Savin, 22, was among the customers last week at Tommy Dogg’s Bar and Grill in nearby Niles, the birthplace of both Ryan, the local favorite-son candidate, and William McKinley, a Republican president who was known for imposing tariffs on foreign goods.
Savin likes Sanders, Biden and former Rep. Beto O’Rourke of Texas, but will ultimately vote for whoever the Democratic nominee is, he said in a whisper lest pro-Trump patrons overhear.
“I think corporations should pay their taxes, like Amazon,” he said. But he said health care and support for abortion rights were more important to him.
Jeff Williams, 57, who manages a convenience store on the midnight shift, had heard about Amazon’s tax breaks on the radio. Last week, as he sat outside his home in Niles catching the first warm rays of the year, he also was doing some comparison.
He was treated for cancer, heart disease and two hernias last year but was not able to deduct his expenses, he said. Amazon, meantime, availed itself of a full suite of tax breaks. “Amazon doesn’t pay taxes, but I pay taxes,” Williams said.
Akron, about an hour west, is faring better economically. Mayor Daniel Horrigan will not confirm or deny it, but Amazon is believed to be the company he has recruited to move into Akron’s Rolling Acres Mall, a once-thriving shopping center that closed in 2008, becoming a symbol of both the recession and the retail disruption caused by online shopping.
Amazon would not comment on whether it planned to open a facility there.
Horrigan has been working to invigorate the economy of Akron, historically known as the Rubber City for its role in tire manufacturing. The tire jobs have mostly moved elsewhere.
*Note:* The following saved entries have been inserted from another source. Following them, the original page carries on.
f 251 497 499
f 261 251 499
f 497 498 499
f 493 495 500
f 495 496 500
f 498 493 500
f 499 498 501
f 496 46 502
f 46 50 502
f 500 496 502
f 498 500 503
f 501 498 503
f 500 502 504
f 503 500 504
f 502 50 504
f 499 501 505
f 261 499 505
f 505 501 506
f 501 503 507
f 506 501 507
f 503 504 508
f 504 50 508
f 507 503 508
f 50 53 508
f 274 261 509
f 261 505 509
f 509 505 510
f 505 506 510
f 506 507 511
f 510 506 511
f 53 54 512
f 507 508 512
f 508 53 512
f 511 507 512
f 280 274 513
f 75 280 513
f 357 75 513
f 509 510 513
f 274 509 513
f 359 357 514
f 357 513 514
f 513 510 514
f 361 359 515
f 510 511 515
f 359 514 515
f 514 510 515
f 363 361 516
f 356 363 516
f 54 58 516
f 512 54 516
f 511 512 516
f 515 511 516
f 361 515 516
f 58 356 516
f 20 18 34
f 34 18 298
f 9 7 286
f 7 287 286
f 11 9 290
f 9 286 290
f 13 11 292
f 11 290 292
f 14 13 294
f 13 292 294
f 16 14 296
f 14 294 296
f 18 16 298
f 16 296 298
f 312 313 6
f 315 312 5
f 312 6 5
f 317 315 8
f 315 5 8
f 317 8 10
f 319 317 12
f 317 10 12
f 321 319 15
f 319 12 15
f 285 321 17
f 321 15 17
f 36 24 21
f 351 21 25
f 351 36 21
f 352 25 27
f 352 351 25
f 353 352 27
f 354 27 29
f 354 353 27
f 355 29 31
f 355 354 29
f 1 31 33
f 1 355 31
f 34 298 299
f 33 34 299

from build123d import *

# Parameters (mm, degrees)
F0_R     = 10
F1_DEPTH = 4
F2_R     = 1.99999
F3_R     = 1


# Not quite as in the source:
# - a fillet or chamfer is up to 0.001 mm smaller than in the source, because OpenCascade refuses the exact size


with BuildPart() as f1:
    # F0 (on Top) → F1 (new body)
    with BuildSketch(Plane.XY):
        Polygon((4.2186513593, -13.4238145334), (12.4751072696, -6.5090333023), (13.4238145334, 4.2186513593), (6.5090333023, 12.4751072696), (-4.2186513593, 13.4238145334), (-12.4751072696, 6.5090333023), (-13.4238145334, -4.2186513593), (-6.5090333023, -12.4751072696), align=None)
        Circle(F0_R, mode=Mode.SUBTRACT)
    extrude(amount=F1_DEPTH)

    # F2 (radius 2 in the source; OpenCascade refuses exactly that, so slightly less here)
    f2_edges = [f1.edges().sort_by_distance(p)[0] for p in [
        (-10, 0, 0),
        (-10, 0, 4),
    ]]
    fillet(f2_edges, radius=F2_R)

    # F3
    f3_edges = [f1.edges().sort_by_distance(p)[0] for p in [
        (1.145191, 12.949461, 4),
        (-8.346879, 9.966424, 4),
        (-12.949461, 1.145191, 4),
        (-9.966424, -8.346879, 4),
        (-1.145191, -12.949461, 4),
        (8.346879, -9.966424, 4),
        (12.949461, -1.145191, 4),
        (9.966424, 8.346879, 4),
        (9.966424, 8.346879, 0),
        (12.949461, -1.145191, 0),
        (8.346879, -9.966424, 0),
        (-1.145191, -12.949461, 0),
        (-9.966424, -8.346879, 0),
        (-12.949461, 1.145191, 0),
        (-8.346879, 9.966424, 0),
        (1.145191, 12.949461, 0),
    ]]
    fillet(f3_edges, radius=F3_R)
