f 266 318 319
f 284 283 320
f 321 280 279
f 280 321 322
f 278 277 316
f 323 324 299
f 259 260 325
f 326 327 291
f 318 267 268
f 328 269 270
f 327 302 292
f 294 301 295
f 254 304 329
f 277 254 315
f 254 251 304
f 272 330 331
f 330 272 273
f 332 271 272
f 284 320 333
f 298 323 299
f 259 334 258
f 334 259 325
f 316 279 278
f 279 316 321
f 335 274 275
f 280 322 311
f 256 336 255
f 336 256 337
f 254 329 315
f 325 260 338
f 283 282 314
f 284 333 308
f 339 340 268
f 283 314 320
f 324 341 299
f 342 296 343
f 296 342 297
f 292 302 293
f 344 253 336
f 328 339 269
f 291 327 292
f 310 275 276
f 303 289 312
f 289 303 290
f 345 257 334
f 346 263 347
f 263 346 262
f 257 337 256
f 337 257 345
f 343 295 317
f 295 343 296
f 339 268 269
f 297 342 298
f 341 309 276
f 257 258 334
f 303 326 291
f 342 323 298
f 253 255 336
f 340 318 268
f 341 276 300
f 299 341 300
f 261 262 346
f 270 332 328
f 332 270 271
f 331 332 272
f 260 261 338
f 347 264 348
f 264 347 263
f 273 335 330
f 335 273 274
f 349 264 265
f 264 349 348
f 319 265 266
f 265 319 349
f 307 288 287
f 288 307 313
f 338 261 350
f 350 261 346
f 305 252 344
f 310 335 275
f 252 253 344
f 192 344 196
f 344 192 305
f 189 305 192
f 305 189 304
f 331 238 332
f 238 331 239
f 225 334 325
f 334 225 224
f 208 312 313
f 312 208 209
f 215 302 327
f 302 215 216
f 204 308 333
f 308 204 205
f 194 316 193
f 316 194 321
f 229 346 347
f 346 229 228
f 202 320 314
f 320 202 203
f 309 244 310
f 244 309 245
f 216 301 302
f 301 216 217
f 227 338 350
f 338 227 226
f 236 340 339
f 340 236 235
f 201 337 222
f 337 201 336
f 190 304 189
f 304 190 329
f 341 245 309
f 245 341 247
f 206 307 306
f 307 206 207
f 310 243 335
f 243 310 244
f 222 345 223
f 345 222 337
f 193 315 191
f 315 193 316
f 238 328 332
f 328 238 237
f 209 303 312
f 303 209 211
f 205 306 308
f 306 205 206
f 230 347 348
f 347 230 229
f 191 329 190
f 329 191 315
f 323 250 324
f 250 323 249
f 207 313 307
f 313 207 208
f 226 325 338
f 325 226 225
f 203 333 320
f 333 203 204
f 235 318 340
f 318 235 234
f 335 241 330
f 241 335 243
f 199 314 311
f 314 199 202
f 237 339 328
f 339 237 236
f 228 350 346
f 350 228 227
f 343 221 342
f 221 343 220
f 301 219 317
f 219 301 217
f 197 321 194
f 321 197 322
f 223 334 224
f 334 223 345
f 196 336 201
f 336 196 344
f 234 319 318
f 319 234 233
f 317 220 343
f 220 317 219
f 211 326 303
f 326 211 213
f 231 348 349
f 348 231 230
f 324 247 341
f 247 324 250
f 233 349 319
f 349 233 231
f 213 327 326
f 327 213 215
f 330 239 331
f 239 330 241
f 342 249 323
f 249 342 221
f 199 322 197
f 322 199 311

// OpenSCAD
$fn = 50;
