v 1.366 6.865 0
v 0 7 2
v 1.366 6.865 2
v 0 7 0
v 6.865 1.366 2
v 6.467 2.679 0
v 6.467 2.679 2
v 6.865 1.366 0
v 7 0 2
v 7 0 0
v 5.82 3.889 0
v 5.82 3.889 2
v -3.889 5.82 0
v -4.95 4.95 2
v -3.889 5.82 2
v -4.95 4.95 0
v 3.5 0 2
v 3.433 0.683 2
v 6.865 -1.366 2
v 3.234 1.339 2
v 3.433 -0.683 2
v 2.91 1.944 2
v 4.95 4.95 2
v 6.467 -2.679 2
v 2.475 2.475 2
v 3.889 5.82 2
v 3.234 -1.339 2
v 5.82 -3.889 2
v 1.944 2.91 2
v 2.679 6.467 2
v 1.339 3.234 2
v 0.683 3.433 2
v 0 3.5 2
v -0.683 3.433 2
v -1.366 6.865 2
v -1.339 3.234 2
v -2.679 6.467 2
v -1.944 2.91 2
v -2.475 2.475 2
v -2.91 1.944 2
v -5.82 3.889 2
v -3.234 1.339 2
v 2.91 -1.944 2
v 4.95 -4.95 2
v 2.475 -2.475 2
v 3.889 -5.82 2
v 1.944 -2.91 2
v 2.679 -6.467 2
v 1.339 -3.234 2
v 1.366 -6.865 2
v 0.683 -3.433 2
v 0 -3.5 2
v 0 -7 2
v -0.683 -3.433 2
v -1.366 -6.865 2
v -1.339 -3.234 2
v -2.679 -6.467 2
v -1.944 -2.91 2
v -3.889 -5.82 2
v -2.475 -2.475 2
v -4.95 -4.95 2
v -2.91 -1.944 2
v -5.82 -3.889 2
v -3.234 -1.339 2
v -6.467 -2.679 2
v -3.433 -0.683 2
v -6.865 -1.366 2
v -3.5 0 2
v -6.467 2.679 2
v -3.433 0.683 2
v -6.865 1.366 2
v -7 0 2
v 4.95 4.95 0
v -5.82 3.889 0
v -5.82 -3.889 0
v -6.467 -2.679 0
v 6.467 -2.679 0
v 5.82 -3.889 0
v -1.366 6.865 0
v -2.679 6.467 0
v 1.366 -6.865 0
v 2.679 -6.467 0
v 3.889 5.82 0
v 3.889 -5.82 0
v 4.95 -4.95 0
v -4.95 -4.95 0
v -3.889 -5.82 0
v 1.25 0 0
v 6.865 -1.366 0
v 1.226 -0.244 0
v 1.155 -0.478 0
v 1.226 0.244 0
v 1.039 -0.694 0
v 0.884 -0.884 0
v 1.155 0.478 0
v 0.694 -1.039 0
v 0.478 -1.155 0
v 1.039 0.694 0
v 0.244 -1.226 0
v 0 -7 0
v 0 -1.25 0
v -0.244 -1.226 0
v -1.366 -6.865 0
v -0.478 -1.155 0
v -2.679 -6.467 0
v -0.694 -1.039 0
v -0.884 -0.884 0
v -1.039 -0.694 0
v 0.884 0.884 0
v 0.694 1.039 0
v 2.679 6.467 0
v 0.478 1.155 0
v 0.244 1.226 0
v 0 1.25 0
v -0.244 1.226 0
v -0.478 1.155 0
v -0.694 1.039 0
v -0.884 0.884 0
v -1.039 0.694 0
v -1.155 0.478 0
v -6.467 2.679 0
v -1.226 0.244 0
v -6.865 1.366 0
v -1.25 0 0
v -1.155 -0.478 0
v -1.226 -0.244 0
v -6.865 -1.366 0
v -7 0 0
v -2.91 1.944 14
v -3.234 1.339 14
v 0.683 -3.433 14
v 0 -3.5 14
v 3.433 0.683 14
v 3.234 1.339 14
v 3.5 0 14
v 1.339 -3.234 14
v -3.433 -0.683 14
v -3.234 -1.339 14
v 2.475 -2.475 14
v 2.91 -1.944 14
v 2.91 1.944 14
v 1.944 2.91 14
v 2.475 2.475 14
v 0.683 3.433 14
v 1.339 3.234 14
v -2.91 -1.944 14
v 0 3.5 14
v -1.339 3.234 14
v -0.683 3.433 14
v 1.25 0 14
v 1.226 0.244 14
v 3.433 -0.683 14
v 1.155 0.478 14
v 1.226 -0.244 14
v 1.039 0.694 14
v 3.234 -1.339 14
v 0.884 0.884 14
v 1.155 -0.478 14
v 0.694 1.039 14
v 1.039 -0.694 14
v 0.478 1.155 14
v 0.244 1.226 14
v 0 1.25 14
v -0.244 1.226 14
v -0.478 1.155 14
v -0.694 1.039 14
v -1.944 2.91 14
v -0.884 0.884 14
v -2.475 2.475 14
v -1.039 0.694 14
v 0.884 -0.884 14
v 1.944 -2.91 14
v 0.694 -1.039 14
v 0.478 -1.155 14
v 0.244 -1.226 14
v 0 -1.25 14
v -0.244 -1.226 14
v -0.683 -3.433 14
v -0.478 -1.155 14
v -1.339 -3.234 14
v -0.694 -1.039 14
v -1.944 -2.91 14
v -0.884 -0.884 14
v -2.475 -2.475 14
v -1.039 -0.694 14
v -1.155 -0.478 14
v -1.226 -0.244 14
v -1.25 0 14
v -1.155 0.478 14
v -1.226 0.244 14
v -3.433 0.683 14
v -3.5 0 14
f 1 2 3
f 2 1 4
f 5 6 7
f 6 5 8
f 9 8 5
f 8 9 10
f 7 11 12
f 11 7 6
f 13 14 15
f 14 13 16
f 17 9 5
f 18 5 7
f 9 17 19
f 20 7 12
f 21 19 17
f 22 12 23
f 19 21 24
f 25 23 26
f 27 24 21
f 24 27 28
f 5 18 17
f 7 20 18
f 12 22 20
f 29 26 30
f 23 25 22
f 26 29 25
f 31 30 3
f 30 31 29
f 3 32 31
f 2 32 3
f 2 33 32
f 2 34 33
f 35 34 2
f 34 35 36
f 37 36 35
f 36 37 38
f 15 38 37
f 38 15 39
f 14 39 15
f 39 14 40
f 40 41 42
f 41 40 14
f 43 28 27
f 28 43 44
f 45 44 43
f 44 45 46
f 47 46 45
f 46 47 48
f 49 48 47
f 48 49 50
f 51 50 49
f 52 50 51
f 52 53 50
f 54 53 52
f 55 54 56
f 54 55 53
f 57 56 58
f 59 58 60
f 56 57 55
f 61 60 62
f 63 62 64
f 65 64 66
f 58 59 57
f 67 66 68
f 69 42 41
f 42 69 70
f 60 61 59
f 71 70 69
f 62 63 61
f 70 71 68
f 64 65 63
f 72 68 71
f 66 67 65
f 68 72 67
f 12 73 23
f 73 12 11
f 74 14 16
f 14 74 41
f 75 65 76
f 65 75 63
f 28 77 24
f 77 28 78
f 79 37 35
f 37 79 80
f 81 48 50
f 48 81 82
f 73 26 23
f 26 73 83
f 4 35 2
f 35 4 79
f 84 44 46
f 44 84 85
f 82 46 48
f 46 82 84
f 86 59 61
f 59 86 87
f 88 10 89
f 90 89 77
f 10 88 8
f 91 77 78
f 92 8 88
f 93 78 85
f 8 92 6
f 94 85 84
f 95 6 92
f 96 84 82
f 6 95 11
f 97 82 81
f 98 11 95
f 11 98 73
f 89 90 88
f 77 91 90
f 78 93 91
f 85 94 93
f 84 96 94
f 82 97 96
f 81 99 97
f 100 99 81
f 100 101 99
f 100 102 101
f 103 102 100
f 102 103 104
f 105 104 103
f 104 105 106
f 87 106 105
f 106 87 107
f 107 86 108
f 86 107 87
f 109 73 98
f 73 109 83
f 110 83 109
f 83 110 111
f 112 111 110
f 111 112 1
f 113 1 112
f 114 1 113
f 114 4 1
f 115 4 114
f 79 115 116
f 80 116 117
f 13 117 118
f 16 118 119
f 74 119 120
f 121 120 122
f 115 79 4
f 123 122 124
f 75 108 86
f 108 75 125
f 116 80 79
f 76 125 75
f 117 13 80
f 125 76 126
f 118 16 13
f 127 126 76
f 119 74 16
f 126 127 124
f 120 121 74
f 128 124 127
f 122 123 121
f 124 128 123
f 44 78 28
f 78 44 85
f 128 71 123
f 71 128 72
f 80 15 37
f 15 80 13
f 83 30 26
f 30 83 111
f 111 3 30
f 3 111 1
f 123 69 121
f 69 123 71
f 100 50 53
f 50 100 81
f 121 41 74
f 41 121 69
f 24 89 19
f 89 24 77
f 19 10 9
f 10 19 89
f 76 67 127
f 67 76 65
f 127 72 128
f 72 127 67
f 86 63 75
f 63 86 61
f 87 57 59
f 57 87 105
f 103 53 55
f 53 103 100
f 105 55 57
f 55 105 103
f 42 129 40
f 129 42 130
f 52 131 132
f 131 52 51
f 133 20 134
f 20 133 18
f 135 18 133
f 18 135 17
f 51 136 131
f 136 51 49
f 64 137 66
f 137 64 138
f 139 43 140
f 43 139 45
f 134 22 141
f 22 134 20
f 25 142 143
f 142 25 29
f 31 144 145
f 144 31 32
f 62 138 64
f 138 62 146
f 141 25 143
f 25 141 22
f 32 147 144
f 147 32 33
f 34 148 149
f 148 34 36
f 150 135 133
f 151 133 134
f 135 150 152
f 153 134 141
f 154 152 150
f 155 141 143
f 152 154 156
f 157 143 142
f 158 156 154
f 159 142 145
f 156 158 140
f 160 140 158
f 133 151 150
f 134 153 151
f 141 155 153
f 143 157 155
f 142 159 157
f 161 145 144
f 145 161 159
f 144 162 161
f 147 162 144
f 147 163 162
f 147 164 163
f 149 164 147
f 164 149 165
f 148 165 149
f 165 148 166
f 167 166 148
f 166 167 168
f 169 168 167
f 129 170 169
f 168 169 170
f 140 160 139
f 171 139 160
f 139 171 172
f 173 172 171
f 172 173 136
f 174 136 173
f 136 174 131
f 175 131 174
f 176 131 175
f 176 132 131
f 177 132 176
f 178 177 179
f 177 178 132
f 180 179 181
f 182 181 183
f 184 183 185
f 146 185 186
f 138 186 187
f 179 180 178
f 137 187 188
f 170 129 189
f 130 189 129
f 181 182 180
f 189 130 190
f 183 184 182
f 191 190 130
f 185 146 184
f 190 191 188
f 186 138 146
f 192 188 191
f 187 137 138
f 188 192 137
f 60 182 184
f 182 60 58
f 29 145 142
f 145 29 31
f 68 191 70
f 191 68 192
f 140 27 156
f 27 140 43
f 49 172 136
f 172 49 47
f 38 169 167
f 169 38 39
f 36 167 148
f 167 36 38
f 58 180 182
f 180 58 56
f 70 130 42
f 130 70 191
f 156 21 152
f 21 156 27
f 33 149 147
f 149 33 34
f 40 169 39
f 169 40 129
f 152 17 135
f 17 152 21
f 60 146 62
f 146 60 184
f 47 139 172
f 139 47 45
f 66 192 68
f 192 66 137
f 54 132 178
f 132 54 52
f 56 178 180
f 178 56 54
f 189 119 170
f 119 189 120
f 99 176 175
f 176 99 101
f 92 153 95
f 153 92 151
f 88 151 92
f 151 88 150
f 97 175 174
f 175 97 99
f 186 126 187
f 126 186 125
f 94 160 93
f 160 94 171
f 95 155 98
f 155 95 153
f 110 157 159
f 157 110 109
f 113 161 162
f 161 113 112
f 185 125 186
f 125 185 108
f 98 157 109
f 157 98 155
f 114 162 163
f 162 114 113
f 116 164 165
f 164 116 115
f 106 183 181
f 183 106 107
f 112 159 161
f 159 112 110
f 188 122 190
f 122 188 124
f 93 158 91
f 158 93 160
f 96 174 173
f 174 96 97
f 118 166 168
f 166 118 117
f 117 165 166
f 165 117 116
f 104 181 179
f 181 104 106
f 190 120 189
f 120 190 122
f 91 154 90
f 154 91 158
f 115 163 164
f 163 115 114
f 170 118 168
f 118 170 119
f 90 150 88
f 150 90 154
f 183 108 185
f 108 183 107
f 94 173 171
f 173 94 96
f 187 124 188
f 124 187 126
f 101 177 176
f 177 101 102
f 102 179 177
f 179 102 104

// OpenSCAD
$fn = 32;

// ----------------------------------------------------------------------
// Micro post: flanged post, 5-20 mm class
// ----------------------------------------------------------------------

// --- parameters (mm) ---
post_d = 7;               // post diameter
post_h = 12;              // post height above the flange
flange_d = 14;            // flange diameter
flange_t = 2;             // flange thickness
bore_d = 2.5;             // through bore

total_h = post_h + flange_t;  // overall height

difference() {
  union() {
    cylinder(h = flange_t, d = flange_d);
    translate([0, 0, flange_t]) cylinder(h = post_h, d = post_d);
  }
  translate([0, 0, -1]) cylinder(h = total_h + 2, d = bore_d);
}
Goodyear, which made the list of 60 by paying no federal corporate income taxes, employs 64,000 people worldwide, but only 3,000 of them remain in Akron, mostly in the company’s headquarters. A spokesman said the company’s 2018 tax situation stemmed from “historical losses in U.S. operations.”
The Democratic Socialists have close to 100 members in Akron, many of them supporters of Sanders. Those attending last week’s meeting ranged from a stay-at-home mother who said she had not been able to pay her water bill for a year to a college professor, David Pereplyotchik.
Pereplyotchik, 37, said he believed the group should come up with a viable alternative to the corporate tax and wage system in the United States.
“If we’re fighting for something, what version of the thing are we fighting for?” asked Pereplyotchik, who teaches philosophy. “It seems like if you just make them pay employees more, they’re just not going to hire employees.”
Robertson, the carpet cleaner, has his own idea: nationalizing the companies. “I think forcing them to pay higher alone is inefficient,” he said, “and taxation alone is inefficient.”